Problematically, current techniques for executing conditional branch statements may be limited to checking one condition at a time. As a result, devices that implement conditional branching techniques can be expensive in execution cycles. Furthermore, when compiled down to binary program instructions, conditional branch statements increase the size of a program and thus the memory requirements of the executing device.

SUMMARY

Disclosed herein are improvements to the compilation and execution of multi-condition branch statements. In various example embodiments, a conditional branch instruction (CBI) is introduced that directs a processing system, or components thereof, to aggregate multiple condition checks of a conditional branch statement, thereby reducing the number of execution cycles required to evaluate multiple conditions.

In one example embodiment, a system includes instruction fetch circuitry, decoder circuitry coupled to the instruction circuitry, and condition aggregation circuitry coupled to the decoder circuitry. The instruction fetch circuitry fetches a CBI from a memory. The CBI identifies multiple register locations and a condition aggregation operation. The condition aggregation operation identifies the multiple condition checks to be performed by condition aggregation circuitry. The instruction fetch circuitry provides the CBI to the decoder circuitry. In response, the decoder circuitry causes the condition aggregation circuitry to perform the multiple conditions checks with respect to values stored in the multiple register locations.

This Summary is provided to introduce a selection of concepts in a simplified form that are further described below in the Detailed Description. It may be understood that this Summary is not intended to identify key features or essential features of the claimed subject matter, nor is it intended to be used to limit the scope of the claimed subject matter.

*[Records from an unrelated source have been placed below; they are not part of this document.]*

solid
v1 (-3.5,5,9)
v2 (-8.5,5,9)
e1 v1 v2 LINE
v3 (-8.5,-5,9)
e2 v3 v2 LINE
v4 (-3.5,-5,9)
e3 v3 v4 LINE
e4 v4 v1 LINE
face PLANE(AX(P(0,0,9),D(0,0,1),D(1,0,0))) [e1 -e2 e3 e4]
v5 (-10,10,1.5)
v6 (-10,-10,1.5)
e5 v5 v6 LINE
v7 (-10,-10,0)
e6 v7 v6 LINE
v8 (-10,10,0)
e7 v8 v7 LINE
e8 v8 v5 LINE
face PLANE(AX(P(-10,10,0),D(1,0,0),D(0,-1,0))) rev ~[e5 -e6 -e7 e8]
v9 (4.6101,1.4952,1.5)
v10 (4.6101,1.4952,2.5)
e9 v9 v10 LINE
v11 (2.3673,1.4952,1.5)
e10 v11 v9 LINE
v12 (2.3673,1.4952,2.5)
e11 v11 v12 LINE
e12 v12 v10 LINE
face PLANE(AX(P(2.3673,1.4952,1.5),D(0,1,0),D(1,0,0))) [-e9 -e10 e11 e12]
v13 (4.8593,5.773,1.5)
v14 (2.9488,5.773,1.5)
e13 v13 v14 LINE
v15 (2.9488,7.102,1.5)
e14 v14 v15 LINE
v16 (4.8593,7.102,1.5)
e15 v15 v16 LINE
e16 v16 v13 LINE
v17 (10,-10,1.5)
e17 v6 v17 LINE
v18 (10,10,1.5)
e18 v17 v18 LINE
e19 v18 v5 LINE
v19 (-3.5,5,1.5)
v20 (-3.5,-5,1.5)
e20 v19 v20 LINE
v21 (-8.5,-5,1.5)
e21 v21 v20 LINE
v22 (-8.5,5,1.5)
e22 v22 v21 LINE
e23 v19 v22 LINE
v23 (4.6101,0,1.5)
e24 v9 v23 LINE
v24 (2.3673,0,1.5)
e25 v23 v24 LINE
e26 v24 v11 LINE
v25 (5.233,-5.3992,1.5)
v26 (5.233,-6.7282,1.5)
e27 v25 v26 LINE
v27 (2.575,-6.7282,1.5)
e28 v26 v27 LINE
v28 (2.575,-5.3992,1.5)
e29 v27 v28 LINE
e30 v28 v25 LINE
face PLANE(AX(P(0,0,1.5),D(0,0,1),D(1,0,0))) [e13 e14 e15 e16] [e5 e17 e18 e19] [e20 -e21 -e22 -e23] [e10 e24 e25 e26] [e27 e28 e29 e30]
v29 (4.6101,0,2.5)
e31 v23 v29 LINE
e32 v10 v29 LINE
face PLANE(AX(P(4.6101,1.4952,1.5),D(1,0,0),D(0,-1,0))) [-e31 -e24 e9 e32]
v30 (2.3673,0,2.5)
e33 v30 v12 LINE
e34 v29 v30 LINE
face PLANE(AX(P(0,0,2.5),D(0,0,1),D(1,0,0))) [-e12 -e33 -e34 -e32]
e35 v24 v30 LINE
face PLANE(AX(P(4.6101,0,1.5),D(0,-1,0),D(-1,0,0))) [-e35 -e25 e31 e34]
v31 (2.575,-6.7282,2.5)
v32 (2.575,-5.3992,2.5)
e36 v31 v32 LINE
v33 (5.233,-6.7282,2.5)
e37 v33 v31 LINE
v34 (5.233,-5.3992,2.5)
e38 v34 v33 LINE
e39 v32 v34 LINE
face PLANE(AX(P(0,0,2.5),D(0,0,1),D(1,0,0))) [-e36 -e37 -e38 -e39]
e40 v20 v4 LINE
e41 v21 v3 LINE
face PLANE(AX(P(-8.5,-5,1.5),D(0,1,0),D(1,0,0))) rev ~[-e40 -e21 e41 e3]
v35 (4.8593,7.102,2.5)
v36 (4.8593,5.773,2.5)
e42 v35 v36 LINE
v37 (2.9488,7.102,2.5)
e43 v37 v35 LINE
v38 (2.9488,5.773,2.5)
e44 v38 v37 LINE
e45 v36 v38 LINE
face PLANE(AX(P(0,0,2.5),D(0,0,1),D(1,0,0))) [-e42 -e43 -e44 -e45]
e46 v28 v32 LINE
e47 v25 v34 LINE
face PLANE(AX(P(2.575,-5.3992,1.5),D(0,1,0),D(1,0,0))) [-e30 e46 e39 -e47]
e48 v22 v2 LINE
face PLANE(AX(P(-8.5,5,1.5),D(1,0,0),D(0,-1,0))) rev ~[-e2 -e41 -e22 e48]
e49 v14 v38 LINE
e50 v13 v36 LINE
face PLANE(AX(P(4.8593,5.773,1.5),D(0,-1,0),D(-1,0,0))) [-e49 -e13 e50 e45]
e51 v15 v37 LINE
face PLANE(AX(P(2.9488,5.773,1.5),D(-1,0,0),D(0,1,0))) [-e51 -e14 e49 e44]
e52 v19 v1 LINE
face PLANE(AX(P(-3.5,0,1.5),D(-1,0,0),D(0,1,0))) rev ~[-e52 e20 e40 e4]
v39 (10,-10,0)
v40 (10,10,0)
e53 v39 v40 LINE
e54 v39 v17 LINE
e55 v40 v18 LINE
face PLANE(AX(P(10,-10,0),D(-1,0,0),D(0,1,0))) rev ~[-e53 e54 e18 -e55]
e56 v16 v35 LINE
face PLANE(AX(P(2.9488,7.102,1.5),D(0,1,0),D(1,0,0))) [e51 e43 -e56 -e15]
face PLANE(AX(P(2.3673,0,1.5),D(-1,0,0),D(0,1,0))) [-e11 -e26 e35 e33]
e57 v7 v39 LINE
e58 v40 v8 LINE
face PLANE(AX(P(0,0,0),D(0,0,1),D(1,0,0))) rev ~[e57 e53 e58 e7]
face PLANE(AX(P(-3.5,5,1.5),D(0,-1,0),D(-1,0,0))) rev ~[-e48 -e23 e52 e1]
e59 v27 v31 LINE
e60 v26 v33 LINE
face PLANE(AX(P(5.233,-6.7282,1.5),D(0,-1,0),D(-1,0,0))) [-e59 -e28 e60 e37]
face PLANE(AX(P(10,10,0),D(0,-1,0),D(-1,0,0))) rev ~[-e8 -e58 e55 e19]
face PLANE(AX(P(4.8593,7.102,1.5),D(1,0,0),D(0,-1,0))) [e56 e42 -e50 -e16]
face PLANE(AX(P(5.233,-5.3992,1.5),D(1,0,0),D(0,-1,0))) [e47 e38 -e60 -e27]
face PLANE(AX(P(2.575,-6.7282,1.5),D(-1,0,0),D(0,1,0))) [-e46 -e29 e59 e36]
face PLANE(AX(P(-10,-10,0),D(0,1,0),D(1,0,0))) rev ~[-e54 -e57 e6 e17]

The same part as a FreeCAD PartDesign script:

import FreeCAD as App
import Part
import Sketcher

V = App.Vector

doc = App.newDocument("Part")
body = doc.addObject("PartDesign::Body", "Body")

# Sketch on XY plane
sketch1 = body.newObject("Sketcher::SketchObject", "Sketch")
sketch1.AttachmentSupport = (doc.getObject("XY_Plane"), [""])
sketch1.MapMode = "FlatFace"
sketch1.addGeometry(Part.LineSegment(V(-10, 10, 0), V(-10, -10, 0)), False)
sketch1.addGeometry(Part.LineSegment(V(-10, -10, 0), V(10, -10, 0)), False)
sketch1.addGeometry(Part.LineSegment(V(10, -10, 0), V(10, 10, 0)), False)
sketch1.addGeometry(Part.LineSegment(V(10, 10, 0), V(-10, 10, 0)), False)
sketch1.addConstraint(Sketcher.Constraint("Coincident", 0, 2, 1, 1))
sketch1.addConstraint(Sketcher.Constraint("Coincident", 1, 2, 2, 1))
sketch1.addConstraint(Sketcher.Constraint("Coincident", 2, 2, 3, 1))
sketch1.addConstraint(Sketcher.Constraint("Coincident", 3, 2, 0, 1))
sketch1.addConstraint(Sketcher.Constraint("Vertical", 0))
sketch1.addConstraint(Sketcher.Constraint("Horizontal", 1))
sketch1.addConstraint(Sketcher.Constraint("Vertical", 2))
sketch1.addConstraint(Sketcher.Constraint("Horizontal", 3))
sketch1.addConstraint(Sketcher.Constraint("Symmetric", 0, 2, 2, 2, -1, 1))
sketch1.addConstraint(Sketcher.Constraint("Equal", 3, 0))
sketch1.addConstraint(Sketcher.Constraint("DistanceX", 1, 1, 1, 2, 20.0))
pad1 = body.newObject("PartDesign::Pad", "Pad")
pad1.Profile = sketch1
pad1.Length = 1.5

# Sketch on XY plane
sketch2 = body.newObject("Sketcher::SketchObject", "Sketch001")
sketch2.AttachmentSupport = (doc.getObject("XY_Plane"), [""])
sketch2.MapMode = "FlatFace"
sketch2.AttachmentOffset = App.Placement(V(0, 0, 1.5), App.Rotation())
sketch2.addGeometry(Part.LineSegment(V(-8.5, 5, 0), V(-8.5, -5, 0)), False)
sketch2.addGeometry(Part.LineSegment(V(-8.5, -5, 0), V(-3.5, -5, 0)), False)
sketch2.addGeometry(Part.LineSegment(V(-3.5, -5, 0), V(-3.5, 5, 0)), False)
sketch2.addGeometry(Part.LineSegment(V(-3.5, 5, 0), V(-8.5, 5, 0)), False)
sketch2.addConstraint(Sketcher.Constraint("Coincident", 0, 2, 1, 1))
sketch2.addConstraint(Sketcher.Constraint("Coincident", 1, 2, 2, 1))
sketch2.addConstraint(Sketcher.Constraint("Coincident", 2, 2, 3, 1))
sketch2.addConstraint(Sketcher.Constraint("Coincident", 3, 2, 0, 1))
sketch2.addConstraint(Sketcher.Constraint("Vertical", 0))
sketch2.addConstraint(Sketcher.Constraint("Horizontal", 1))
sketch2.addConstraint(Sketcher.Constraint("Vertical", 2))
sketch2.addConstraint(Sketcher.Constraint("Horizontal", 3))
sketch2.addConstraint(Sketcher.Constraint("DistanceX", 1, 1, 1, 2, 5.0))
sketch2.addConstraint(Sketcher.Constraint("DistanceY", 0, 2, 0, 1, 10.0))
sketch2.addConstraint(Sketcher.Constraint("DistanceY", 0, 2, -1, 1, 5.0))
sketch2.addConstraint(Sketcher.Constraint("DistanceX", 0, 2, -1, 1, 8.5))
pad2 = body.newObject("PartDesign::Pad", "Pad001")
pad2.Profile = sketch2
pad2.Length = 7.5

# Sketch on XY plane
sketch3 = body.newObject("Sketcher::SketchObject", "Sketch002")
sketch3.AttachmentSupport = (doc.getObject("XY_Plane"), [""])
sketch3.MapMode = "FlatFace"
sketch3.AttachmentOffset = App.Placement(V(0, 0, 1.5), App.Rotation())
sketch3.addGeometry(Part.LineSegment(V(4.8593, 7.102, 0), V(2.9488, 7.102, 0)), False)
sketch3.addGeometry(Part.LineSegment(V(2.9488, 7.102, 0), V(2.9488, 5.773, 0)), False)
sketch3.addGeometry(Part.LineSegment(V(2.9488, 5.773, 0), V(4.8593, 5.773, 0)), False)
sketch3.addGeometry(Part.LineSegment(V(4.8593, 5.773, 0), V(4.8593, 7.102, 0)), False)
sketch3.addGeometry(Part.LineSegment(V(4.6101, 1.4952, 0), V(2.3673, 1.4952, 0)), False)
sketch3.addGeometry(Part.LineSegment(V(2.3673, 1.4952, 0), V(2.3673, 0, 0)), False)
sketch3.addGeometry(Part.LineSegment(V(2.3673, 0, 0), V(4.6101, 0, 0)), False)
sketch3.addGeometry(Part.LineSegment(V(4.6101, 0, 0), V(4.6101, 1.4952, 0)), False)
sketch3.addGeometry(Part.LineSegment(V(5.233, -5.3992, 0), V(2.575, -5.3992, 0)), False)
sketch3.addGeometry(Part.LineSegment(V(2.575, -5.3992, 0), V(2.575, -6.7282, 0)), False)
sketch3.addGeometry(Part.LineSegment(V(2.575, -6.7282, 0), V(5.233, -6.7282, 0)), False)
sketch3.addGeometry(Part.LineSegment(V(5.233, -6.7282, 0), V(5.233, -5.3992, 0)), False)
sketch3.addConstraint(Sketcher.Constraint("Coincident", 0, 2, 1, 1))
sketch3.addConstraint(Sketcher.Constraint("Coincident", 1, 2, 2, 1))
sketch3.addConstraint(Sketcher.Constraint("Coincident", 2, 2, 3, 1))
sketch3.addConstraint(Sketcher.Constraint("Coincident", 3, 2, 0, 1))
sketch3.addConstraint(Sketcher.Constraint("Coincident", 4, 2, 5, 1))
sketch3.addConstraint(Sketcher.Constraint("Coincident", 5, 2, 6, 1))
sketch3.addConstraint(Sketcher.Constraint("Coincident", 6, 2, 7, 1))
sketch3.addConstraint(Sketcher.Constraint("Coincident", 7, 2, 4, 1))
sketch3.addConstraint(Sketcher.Constraint("Coincident", 8, 2, 9, 1))
sketch3.addConstraint(Sketcher.Constraint("Coincident", 9, 2, 10, 1))
sketch3.addConstraint(Sketcher.Constraint("Coincident", 10, 2, 11, 1))
sketch3.addConstraint(Sketcher.Constraint("Coincident", 11, 2, 8, 1))
sketch3.addConstraint(Sketcher.Constraint("Horizontal", 0))
sketch3.addConstraint(Sketcher.Constraint("Vertical", 1))
sketch3.addConstraint(Sketcher.Constraint("Horizontal", 2))
sketch3.addConstraint(Sketcher.Constraint("Vertical", 3))
sketch3.addConstraint(Sketcher.Constraint("Horizontal", 4))
sketch3.addConstraint(Sketcher.Constraint("Vertical", 5))
sketch3.addConstraint(Sketcher.Constraint("Horizontal", 6))
sketch3.addConstraint(Sketcher.Constraint("Vertical", 7))
sketch3.addConstraint(Sketcher.Constraint("Horizontal", 8))
sketch3.addConstraint(Sketcher.Constraint("Vertical", 9))
sketch3.addConstraint(Sketcher.Constraint("Horizontal", 10))
sketch3.addConstraint(Sketcher.Constraint("Vertical", 11))
sketch3.addConstraint(Sketcher.Constraint("PointOnObject", 5, 2, -1))
sketch3.addConstraint(Sketcher.Constraint("Equal", 3, 9))
sketch3.addConstraint(Sketcher.Constraint("DistanceX", 8, 2, 8, 1, 2.658))
sketch3.addConstraint(Sketcher.Constraint("DistanceY", 1, 2, 1, 1, 1.329))
sketch3.addConstraint(Sketcher.Constraint("DistanceX", -1, 1, 6, 2, 4.61))
sketch3.addConstraint(Sketcher.Constraint("DistanceX", 0, 2, 0, 1, 1.9105))
sketch3.addConstraint(Sketcher.Constraint("DistanceX", 4, 2, 4, 1, 2.2428))
sketch3.addConstraint(Sketcher.Constraint("DistanceY", 5, 2, 5, 1, 1.4952))
sketch3.addConstraint(Sketcher.Constraint("DistanceY", -1, 1, 0, 2, 7.102))
sketch3.addConstraint(Sketcher.Constraint("DistanceX", -1, 1, 8, 2, 2.575))
sketch3.addConstraint(Sketcher.Constraint("DistanceX", 4, 2, 2, 2, 2.492))
sketch3.addConstraint(Sketcher.Constraint("DistanceY", 8, 2, -1, 1, 5.3992))
pad3 = body.newObject("PartDesign::Pad", "Pad002")
pad3.Profile = sketch3
pad3.Length = 1

doc.recompute()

BRIEF DESCRIPTION OF THE DRAWINGS

Many aspects of the disclosure may be better understood with reference to the following drawings. The components in the drawings are not necessarily to scale, emphasis instead being placed upon clearly illustrating the principles of the present disclosure. Moreover, in the drawings, like reference numerals designate corresponding parts throughout the several views. While several embodiments are described in connection with these drawings, the disclosure is not limited to the embodiments disclosed herein. On the contrary, the intent is to cover all alternatives, modifications, and equivalents.

FIG. 1 illustrates an operating environment in an implementation.

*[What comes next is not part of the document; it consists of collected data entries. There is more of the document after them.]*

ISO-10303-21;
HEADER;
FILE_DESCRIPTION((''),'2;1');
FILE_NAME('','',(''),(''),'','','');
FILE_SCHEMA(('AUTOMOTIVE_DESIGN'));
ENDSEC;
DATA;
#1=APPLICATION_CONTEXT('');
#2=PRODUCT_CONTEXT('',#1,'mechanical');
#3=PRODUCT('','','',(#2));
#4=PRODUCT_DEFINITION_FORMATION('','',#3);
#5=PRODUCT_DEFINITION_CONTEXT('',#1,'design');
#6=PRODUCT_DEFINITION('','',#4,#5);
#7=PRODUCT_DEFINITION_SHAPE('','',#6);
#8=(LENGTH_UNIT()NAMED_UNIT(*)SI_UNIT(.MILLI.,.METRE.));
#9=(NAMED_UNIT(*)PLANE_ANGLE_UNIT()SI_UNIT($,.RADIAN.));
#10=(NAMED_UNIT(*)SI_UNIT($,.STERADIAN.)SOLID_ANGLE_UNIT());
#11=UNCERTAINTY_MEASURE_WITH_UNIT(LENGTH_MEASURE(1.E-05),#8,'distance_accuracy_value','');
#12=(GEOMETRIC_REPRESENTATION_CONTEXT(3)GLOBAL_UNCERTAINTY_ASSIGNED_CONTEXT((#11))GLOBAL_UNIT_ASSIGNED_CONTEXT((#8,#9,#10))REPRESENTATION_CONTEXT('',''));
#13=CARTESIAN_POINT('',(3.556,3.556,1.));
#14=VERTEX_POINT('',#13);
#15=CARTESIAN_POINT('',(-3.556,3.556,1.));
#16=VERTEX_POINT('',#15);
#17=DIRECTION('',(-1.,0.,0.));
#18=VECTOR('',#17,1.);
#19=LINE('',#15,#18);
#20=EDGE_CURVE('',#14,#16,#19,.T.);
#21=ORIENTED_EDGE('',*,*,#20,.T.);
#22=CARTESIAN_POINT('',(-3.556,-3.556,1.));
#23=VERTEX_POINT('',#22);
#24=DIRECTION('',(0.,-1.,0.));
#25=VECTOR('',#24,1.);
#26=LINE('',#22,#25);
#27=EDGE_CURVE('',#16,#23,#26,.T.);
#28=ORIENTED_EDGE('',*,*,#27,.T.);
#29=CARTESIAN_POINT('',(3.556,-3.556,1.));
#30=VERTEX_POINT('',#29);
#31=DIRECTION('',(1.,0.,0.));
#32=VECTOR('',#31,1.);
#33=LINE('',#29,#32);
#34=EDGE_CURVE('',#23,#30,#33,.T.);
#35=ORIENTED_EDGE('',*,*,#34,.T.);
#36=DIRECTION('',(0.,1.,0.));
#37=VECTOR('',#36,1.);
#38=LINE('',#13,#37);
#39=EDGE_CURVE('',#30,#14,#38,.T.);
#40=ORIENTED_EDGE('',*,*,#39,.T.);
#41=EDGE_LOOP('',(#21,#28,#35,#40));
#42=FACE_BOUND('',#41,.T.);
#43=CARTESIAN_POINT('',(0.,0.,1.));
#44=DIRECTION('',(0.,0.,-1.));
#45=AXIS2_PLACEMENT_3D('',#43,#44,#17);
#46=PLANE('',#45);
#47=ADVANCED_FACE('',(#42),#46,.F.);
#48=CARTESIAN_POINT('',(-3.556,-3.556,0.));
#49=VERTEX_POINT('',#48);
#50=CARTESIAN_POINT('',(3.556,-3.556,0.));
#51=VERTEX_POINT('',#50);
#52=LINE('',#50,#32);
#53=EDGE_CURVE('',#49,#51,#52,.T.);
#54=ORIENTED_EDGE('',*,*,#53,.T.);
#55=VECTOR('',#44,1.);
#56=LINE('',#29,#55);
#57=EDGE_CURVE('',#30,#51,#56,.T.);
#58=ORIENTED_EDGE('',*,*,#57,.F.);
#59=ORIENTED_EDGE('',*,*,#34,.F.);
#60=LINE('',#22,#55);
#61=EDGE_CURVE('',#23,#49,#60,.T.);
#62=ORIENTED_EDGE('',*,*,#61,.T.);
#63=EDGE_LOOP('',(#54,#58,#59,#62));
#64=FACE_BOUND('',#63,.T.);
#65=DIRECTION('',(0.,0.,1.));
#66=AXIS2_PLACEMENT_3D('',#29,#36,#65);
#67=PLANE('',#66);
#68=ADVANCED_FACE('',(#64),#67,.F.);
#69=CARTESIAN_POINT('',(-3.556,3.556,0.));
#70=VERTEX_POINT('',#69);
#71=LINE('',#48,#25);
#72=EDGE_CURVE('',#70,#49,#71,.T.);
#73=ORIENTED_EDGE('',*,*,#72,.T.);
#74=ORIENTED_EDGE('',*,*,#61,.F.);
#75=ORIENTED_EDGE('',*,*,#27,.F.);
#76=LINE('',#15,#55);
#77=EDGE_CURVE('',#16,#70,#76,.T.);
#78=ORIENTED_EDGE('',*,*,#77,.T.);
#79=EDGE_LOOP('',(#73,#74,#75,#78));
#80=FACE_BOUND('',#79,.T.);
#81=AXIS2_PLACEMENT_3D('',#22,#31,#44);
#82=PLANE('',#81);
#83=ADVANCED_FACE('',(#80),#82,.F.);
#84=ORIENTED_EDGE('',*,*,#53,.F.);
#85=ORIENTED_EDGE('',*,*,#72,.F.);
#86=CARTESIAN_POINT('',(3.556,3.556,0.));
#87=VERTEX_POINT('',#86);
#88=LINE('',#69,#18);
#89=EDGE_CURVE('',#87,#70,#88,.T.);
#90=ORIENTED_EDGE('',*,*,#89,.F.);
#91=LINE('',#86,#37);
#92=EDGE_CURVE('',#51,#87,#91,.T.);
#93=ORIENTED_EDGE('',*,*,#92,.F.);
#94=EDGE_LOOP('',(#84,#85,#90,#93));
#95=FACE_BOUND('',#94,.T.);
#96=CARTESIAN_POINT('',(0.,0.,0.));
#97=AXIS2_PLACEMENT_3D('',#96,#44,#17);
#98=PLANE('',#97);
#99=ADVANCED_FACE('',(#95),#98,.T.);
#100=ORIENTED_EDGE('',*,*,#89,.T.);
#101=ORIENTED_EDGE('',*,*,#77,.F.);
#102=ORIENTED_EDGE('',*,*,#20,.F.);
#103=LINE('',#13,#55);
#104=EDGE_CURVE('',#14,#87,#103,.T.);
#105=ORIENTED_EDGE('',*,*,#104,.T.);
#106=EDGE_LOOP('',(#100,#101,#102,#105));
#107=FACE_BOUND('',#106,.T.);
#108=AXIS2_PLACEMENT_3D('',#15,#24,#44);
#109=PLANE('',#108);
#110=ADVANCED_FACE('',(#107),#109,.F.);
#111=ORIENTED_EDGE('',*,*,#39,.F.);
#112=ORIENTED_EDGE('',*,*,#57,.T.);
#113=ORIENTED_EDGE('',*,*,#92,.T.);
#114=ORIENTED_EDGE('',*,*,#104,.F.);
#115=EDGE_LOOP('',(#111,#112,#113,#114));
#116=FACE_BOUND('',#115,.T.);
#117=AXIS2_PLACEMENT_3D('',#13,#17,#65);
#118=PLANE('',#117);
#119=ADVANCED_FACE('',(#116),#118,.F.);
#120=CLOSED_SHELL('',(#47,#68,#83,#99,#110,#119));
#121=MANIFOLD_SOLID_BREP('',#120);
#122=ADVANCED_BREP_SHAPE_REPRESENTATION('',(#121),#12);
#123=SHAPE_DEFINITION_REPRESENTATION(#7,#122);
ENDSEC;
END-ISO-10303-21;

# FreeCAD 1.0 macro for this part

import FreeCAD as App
import Part
import Sketcher

V = App.Vector

doc = App.newDocument("Part")
body = doc.addObject("PartDesign::Body", "Body")

# Sketch on XY plane
sketch1 = body.newObject("Sketcher::SketchObject", "Sketch")
sketch1.AttachmentSupport = (doc.getObject("XY_Plane"), [""])
sketch1.MapMode = "FlatFace"
sketch1.addGeometry(Part.LineSegment(V(-4, 4, 0), V(-4, -4, 0)), False)
sketch1.addGeometry(Part.LineSegment(V(-4, -4, 0), V(4, -4, 0)), False)
sketch1.addGeometry(Part.LineSegment(V(4, -4, 0), V(4, 4, 0)), False)
sketch1.addGeometry(Part.LineSegment(V(4, 4, 0), V(-4, 4, 0)), False)
sketch1.addConstraint(Sketcher.Constraint("Coincident", 0, 2, 1, 1))
sketch1.addConstraint(Sketcher.Constraint("Coincident", 1, 2, 2, 1))
sketch1.addConstraint(Sketcher.Constraint("Coincident", 2, 2, 3, 1))
sketch1.addConstraint(Sketcher.Constraint("Coincident", 3, 2, 0, 1))
sketch1.addConstraint(Sketcher.Constraint("Vertical", 0))
sketch1.addConstraint(Sketcher.Constraint("Horizontal", 1))
sketch1.addConstraint(Sketcher.Constraint("Vertical", 2))
sketch1.addConstraint(Sketcher.Constraint("Horizontal", 3))
sketch1.addConstraint(Sketcher.Constraint("Symmetric", 0, 2, 2, 2, -1, 1))
sketch1.addConstraint(Sketcher.Constraint("Equal", 3, 0))
sketch1.addConstraint(Sketcher.Constraint("DistanceX", 1, 1, 1, 2, 7.112))
pad1 = body.newObject("PartDesign::Pad", "Pad")
pad1.Profile = sketch1
pad1.Length = 1

doc.recompute()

FIG. 2 illustrates a conditional branch aggregation process in an implementation.

FIG. 3 illustrates an operational sequence in an implementation.

FIG. 4 illustrates an operating environment in an implementation.

FIGS. 5A, 5B, 5C, 5D, and 5E illustrate an operational scenario in an implementation.

FIG. 6 illustrates a computing system suitable for implementing the various operational environments, architectures, processes, scenarios, and sequences discussed below with respect to the other Figures.

DETAILED DESCRIPTION

Technology is disclosed herein for the improved execution of multi-condition branch logic. Multi-condition branch logic involves the evaluation of multiple conditions, the result of which determines the execution path of a program. When executed, multi-condition branch logic causes a central processing unit (CPU) to determine if a set of conditions are true or false and output a result. Based on the resulting value, the CPU can then decide the next section of the program to branch to.

For example, multi-condition branch logic in source code may call for a program to branch to a different section of the program if one variable is less than a second variable, and if the second variable is greater than a third variable (i.e., x<y>z). If both conditions are true, the program branches to the specified section of code, else the program may continue its linear operations.

Existing techniques implement the multi-condition branch logic discussed above via a long sequence of compare and branch instructions. For example, a first compare instruction causes circuitry to compare the first and second variables (i.e., x<y), and to store a result (e.g., 1 or 0) of the first comparison in a register. A first branch instruction follows the first compare instruction, which causes circuitry to evaluate the result of the first comparison. If true, the first branch instruction causes the circuitry to branch to a section of the program which includes a second compare instruction. The second compare instruction causes the circuitry to compare the second and third variables (i.e., y>z) and store that result (e.g., 1 or 0) in a second register. The second compare instruction is followed by a second branch instruction which evaluates the result of the second comparison. If true, the second branch instruction causes the circuitry to branch to a specified section of the program in memory.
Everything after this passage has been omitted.